Then, the refrigerant in the water tank was cooled to 5 ° C. at a rate of 13 to 4 ° C./hr and kept at 5 ° C. for 8 hours. The temperature (crystallization temperature) and the solidification temperature when the supercooling of the heat storage material composition in the capsule was broken and crystallization was started were measured. Next, the refrigerant is heated to 13 ° C at a rate of 5 to 4 ° C / hr,
For 8 hours. The melting start temperature and the melting end temperature were measured. FIG. 1 shows the temperature change (solidification and melting temperature curve) at this time. ΔT was calculated according to the following equation. Table 2 shows the results.
Shown in

[0020]

ΔT = (maximum melting temperature (° C.)) − (Crystallization temperature (° C.))

ΔT is used as an index indicating practicality,
A small ΔT indicates that solidification and melting are easy and practical. Next, the long-term stability performance of the heat storage material composition was evaluated. Each component is blended at the ratio shown in Table 1,
The latent heat of fusion of the sample obtained by stirring and mixing with a mixer until the crosslinked CMC was uniformly dispersed was measured using a differential scanning calorimeter (DSC210 manufactured by Seiko Instruments Inc.). Table 2 shows the latent heat of fusion at this time as the initial heat storage.

Next, about 80 g of the heat storage material composition of Example 1
Was filled into a 50-ml hard glass screw bottle, and five samples were prepared. This sample was placed in a water tank filled with a refrigerant, and the temperature of the refrigerant was rapidly raised and lowered between −5 ° C. and 25 ° C., and solidification and melting were repeated. One cycle was performed for about 3 hours. Coagulation, melting 100 times, 200 times,
Samples repeated 300 times, 400 times and 500 times were taken out of the water tank, and the latent heat of fusion was measured with a differential scanning calorimeter. FIG. 4 shows the results.

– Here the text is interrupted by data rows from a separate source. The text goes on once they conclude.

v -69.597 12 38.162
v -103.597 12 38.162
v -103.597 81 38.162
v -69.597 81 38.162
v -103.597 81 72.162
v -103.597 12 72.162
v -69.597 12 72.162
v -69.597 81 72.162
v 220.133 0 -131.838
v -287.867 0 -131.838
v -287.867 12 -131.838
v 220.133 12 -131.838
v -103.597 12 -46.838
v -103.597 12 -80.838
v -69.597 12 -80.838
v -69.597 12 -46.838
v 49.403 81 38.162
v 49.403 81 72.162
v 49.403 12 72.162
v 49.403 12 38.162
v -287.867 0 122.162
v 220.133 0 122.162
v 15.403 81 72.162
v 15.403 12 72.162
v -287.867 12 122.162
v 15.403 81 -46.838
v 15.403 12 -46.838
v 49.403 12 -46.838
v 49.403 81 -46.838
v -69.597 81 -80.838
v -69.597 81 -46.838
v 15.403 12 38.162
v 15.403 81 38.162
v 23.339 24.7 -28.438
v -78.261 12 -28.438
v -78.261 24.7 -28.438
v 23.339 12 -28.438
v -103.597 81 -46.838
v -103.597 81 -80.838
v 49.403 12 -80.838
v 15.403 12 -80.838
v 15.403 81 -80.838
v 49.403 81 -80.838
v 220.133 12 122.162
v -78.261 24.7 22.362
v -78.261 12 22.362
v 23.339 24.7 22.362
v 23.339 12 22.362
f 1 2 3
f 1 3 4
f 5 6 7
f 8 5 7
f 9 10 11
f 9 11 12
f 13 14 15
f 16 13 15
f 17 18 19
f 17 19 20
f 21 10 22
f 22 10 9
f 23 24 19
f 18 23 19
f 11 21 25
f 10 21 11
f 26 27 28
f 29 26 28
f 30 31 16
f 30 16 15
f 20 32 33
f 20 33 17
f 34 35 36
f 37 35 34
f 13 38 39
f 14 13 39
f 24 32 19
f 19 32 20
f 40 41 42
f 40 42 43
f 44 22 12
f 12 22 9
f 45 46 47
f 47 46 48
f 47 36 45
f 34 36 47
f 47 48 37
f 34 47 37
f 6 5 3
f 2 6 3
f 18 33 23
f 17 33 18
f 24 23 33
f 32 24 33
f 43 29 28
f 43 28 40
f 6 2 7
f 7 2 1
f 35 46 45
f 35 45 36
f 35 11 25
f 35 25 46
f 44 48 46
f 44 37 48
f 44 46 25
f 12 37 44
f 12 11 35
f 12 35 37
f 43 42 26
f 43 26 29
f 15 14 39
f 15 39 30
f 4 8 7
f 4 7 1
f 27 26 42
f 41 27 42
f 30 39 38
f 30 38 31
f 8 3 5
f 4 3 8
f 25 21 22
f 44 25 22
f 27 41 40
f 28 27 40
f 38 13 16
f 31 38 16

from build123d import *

# Parameters (mm, degrees)
SKETCH1_W             = 508
SKETCH1_H             = 254
BOSS_EXTRUDE1_DEPTH   = 12
SKETCH2_W             = 34
SKETCH2_H             = 34
BOSS_EXTRUDE2_DEPTH   = 69
BOSS_EXTRUDE2_2_DEPTH = 69
BOSS_EXTRUDE2_3_DEPTH = 69
BOSS_EXTRUDE2_4_DEPTH = 69
SKETCH3_W             = 101.6
SKETCH3_H             = 50.8
BOSS_EXTRUDE3_DEPTH   = 12.7


with BuildPart() as part:
    # Sketch1 → Boss-Extrude1 (new body)
    with BuildSketch(Plane(origin=(0, 0, 0), x_dir=(1, 0, 0), z_dir=(0, 1, 0))):
        with Locations((-33.866666667, 4.838095238)):
            Rectangle(SKETCH1_W, SKETCH1_H)
    extrude(amount=BOSS_EXTRUDE1_DEPTH)

    # Sketch3 → Boss-Extrude3 (add)
    with BuildSketch(Plane(origin=(0, 12, 0), x_dir=(1, 0, 0), z_dir=(0, 1, 0))):
        with Locations((-27.461335597, 3.038095238)):
            Rectangle(SKETCH3_W, SKETCH3_H)
    extrude(amount=BOSS_EXTRUDE3_DEPTH)


with BuildPart() as body_2:
    # Sketch2 → Boss-Extrude2 (new body)
    with BuildSketch(Plane(origin=(0, 12, 0), x_dir=(1, 0, 0), z_dir=(0, 1, 0))):
        with Locations((-86.596666667, 63.838095238)):
            Rectangle(SKETCH2_W, SKETCH2_H)
    extrude(amount=BOSS_EXTRUDE2_DEPTH)


with BuildPart() as body_3:
    # Sketch2 → Boss-Extrude2 2 (new body)
    with BuildSketch(Plane(origin=(0, 12, 0), x_dir=(1, 0, 0), z_dir=(0, 1, 0))):
        with Locations((32.403333333, 63.838095238)):
            Rectangle(SKETCH2_W, SKETCH2_H)
    extrude(amount=BOSS_EXTRUDE2_2_DEPTH)


with BuildPart() as body_4:
    # Sketch2 → Boss-Extrude2 3 (new body)
    with BuildSketch(Plane(origin=(0, 12, 0), x_dir=(1, 0, 0), z_dir=(0, 1, 0))):
        with Locations((-86.596666667, -55.161904762)):
            Rectangle(SKETCH2_W, SKETCH2_H)
    extrude(amount=BOSS_EXTRUDE2_3_DEPTH)


with BuildPart() as body_5:
    # Sketch2 → Boss-Extrude2 4 (new body)
    with BuildSketch(Plane(origin=(0, 12, 0), x_dir=(1, 0, 0), z_dir=(0, 1, 0))):
        with Locations((32.403333333, -55.161904762)):
            Rectangle(SKETCH2_W, SKETCH2_H)
    extrude(amount=BOSS_EXTRUDE2_4_DEPTH)


solid = Compound([part.part, body_2.part, body_3.part, body_4.part, body_5.part])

As shown in FIG.
Latent heat of fusion at the time of repetition is about 35 cal / ml
It can be seen that it is stable without change up to 500 times thereafter. From this result, even if used repeatedly for a long time, 30
It can be seen that a latent heat of fusion of cal / ml or more can be used.

Comparative Example 1 A heat storage material composition was obtained by blending the components at the ratios shown in Table 1. Various measurements were performed in the same manner as in Example 1. Table 2 shows the measurement results. FIG. 2 shows the solidification melting temperature curve, and FIG. 4 shows the results of long-term stability performance. According to FIG. 4, the heat storage amount is 1
It can be seen that when the coagulation and melting were repeated 00 times, the concentration decreased to 25 cal / ml, and was stable at about 20 cal / ml up to 500 times thereafter. From this result, when uncrosslinked carboxymethyl cellulose is used as the phase separation inhibitor,
It can be seen that the amount of latent heat of fusion that can be used when repeatedly used for a long period of time is as extremely small as about 20 cal / ml. Example 1 has 31.5 cal / m after 500 times.
l, Comparative Example 1 is 20 cal / ml, and it can be seen that the heat storage amount is increased about 1.5 times by using the cross-linked CMC.

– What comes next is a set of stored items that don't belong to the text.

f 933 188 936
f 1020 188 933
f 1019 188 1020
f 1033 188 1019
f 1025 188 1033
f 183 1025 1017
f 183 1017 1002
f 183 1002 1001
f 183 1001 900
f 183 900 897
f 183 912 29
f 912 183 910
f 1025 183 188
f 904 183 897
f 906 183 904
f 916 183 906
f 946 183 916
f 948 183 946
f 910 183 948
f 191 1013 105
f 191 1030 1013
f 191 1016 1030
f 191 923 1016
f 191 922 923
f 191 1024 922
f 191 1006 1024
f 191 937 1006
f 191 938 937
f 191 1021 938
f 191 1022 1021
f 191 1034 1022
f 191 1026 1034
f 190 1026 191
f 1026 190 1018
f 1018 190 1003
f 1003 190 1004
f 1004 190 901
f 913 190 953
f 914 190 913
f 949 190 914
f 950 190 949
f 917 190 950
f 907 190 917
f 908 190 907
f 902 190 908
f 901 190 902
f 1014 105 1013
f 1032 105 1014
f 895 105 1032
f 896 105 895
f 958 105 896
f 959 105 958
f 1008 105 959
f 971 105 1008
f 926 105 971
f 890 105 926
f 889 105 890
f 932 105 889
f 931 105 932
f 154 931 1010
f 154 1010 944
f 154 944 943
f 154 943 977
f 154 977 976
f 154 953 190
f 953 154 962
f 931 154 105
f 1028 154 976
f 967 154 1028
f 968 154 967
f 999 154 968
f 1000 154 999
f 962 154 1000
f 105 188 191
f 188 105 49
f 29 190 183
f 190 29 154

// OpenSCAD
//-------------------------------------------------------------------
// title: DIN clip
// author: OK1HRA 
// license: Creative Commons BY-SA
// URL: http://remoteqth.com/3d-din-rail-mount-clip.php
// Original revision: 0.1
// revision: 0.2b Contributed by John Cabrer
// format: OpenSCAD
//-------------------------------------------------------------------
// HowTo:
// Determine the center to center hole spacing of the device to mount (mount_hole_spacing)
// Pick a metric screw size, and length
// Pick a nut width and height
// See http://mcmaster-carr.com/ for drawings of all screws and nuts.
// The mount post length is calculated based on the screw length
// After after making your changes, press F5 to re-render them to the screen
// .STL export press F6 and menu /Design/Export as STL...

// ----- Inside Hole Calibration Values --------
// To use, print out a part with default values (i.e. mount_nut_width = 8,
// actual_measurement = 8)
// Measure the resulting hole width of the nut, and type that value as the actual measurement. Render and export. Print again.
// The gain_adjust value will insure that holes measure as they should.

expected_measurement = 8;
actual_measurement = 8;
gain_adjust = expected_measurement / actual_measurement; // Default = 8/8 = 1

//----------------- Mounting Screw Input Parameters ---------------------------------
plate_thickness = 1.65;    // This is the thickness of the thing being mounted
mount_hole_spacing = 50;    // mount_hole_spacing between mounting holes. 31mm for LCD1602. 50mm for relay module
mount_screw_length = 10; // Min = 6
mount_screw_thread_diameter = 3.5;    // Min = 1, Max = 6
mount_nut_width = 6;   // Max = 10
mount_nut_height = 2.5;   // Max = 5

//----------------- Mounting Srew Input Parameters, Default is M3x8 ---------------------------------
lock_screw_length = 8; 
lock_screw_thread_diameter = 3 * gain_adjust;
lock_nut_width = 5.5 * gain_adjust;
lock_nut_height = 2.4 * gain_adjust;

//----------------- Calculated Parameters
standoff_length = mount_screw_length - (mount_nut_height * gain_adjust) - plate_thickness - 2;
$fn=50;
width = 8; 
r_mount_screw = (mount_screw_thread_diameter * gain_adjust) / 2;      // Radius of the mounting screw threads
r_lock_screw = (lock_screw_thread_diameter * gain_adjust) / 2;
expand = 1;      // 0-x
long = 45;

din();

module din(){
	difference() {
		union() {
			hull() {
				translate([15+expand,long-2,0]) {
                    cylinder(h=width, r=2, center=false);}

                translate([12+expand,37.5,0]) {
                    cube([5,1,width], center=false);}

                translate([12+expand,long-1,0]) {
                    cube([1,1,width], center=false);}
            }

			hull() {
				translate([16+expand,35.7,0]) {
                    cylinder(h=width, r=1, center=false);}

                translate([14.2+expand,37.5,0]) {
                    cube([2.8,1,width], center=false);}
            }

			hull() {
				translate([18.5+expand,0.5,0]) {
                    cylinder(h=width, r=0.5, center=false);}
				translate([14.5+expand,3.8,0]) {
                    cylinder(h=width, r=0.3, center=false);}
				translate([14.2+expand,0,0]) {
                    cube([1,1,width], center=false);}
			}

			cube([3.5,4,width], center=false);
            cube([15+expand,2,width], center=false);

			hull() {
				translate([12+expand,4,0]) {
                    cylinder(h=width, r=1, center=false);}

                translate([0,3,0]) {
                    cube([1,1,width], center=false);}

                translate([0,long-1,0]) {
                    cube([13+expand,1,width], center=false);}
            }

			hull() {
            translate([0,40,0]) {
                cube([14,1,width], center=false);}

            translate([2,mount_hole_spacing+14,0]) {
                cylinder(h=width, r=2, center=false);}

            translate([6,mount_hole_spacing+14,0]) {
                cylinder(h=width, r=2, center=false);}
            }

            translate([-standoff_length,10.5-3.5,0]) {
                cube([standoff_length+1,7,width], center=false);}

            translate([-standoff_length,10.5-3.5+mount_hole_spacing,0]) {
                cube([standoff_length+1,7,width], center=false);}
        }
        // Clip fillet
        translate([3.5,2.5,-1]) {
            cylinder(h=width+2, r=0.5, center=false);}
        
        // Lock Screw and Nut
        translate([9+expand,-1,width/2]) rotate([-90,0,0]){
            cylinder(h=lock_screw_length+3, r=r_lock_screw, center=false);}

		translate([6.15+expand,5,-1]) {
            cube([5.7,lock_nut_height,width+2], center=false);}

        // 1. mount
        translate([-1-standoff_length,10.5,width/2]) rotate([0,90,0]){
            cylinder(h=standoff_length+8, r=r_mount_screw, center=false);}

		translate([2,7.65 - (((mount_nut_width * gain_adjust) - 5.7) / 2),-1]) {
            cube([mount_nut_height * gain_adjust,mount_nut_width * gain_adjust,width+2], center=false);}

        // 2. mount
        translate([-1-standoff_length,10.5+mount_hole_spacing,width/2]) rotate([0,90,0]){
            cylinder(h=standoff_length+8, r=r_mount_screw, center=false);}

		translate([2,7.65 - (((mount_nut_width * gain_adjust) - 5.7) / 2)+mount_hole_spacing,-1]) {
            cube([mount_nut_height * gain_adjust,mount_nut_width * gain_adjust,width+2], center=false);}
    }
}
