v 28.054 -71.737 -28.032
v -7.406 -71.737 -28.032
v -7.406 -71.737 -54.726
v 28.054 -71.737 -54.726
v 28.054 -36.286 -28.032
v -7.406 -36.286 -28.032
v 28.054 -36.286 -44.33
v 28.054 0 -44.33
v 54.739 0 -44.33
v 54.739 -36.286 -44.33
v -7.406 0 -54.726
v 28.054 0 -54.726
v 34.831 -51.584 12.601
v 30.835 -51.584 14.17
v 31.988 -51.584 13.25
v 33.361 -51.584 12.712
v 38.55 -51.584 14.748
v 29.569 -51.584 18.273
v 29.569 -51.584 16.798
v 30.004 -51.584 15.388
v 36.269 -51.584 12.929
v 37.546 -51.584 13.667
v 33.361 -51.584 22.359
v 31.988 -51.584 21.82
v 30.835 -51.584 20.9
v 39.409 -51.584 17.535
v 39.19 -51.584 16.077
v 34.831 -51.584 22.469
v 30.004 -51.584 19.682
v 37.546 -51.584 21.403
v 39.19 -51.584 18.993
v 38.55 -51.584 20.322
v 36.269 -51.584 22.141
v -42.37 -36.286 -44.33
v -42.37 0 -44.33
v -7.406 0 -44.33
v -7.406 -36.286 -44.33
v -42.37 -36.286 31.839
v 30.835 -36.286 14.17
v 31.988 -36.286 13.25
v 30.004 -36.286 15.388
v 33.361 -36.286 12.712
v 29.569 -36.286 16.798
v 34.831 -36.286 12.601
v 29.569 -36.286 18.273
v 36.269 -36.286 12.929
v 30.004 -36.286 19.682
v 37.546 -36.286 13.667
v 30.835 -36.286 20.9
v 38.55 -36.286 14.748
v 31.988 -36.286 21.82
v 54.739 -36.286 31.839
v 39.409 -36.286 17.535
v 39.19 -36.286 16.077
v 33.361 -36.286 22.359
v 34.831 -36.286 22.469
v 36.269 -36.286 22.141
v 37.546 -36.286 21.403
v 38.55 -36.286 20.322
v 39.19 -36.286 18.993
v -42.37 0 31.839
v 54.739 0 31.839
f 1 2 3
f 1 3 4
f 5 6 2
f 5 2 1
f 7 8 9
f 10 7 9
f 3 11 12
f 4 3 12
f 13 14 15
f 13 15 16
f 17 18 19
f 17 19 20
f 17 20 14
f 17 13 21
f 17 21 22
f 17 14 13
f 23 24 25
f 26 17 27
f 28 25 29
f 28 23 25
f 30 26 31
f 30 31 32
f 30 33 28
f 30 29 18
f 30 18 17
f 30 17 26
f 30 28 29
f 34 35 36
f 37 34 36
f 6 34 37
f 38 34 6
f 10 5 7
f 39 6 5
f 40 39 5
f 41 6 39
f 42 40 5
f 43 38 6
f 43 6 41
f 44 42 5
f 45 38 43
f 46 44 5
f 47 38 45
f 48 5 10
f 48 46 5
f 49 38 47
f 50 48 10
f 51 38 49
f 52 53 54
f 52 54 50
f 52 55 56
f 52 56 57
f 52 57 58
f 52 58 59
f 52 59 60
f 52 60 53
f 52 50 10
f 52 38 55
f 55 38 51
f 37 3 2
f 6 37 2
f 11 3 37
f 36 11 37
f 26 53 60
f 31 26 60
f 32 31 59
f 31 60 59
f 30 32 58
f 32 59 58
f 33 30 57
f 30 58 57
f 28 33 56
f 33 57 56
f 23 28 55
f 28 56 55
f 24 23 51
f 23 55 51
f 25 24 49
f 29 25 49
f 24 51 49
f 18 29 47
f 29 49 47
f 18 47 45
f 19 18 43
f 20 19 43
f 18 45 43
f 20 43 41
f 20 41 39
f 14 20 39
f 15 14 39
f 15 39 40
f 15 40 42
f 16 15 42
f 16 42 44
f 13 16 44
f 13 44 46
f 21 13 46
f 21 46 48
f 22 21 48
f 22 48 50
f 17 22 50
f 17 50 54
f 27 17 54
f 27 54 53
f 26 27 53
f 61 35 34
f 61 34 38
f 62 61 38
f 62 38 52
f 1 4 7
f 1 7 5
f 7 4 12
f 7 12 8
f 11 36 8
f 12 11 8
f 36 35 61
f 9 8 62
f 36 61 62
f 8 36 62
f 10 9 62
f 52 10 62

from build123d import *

# Parameters (mm, degrees)
F0_W     = 97.109213
F0_H     = 76.168887
F1_DEPTH = 36.286205
F2_R     = 4.947674
F3_DEPTH = 51.584408
F4_W     = 35.460181
F4_H     = 26.693367
F5_DEPTH = 71.737379


with BuildPart() as f1:
    # F0 (on Front) → F1 (new body)
    with BuildSketch(Plane.XZ):
        with Locations((6.184138, -6.245349)):
            Rectangle(F0_W, F0_H)
    extrude(amount=F1_DEPTH)

    # F2 (on Front) → F3 (join)
    with BuildSketch(Plane.XZ):
        with Locations((34.461668, 17.535143)):
            Circle(F2_R)
    extrude(amount=F3_DEPTH)

    # F4 (on Front) → F5 (join)
    with BuildSketch(Plane.XZ):
        with Locations((10.323982, -41.378926)):
            Rectangle(F4_W, F4_H)
    extrude(amount=F5_DEPTH)


solid = f1.part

Comparative Example 2 Each component was blended in the ratio shown in Table 1 to obtain a heat storage material composition. Various measurements were performed in the same manner as in Example 1. Table 2 shows the measurement results, FIG. 3 shows the solidification melting temperature curve, and FIG. 4 shows the results of long-term stability performance. From FIG. 3, it can be seen that Comparative Example 2 requires 9 hours from the start of cooling until the temperature of the sample becomes equal to the temperature of the refrigerant, and it is difficult to solidify for 3 hours as compared with 6 hours in Example 1. Also, the melting temperature is 9.8-11.
It can be seen that the temperature is as high as 0 ° C., and the temperature is shifted to the high temperature side by about 1 ° C. as compared with the first embodiment. Further, ΔT of Comparative Example 2 was 4.8 ° C., which was 2.4 ° C. larger than that of Example 1, and when cross-linked sodium polyacrylate was used as the phase separation preventing agent, it hardly solidified and melted. When the material composition is used in a heat storage system, it hardly solidifies, so that the heat storage time becomes very long, and it is impossible to store heat within 10 hours of midnight power, which makes practical use difficult.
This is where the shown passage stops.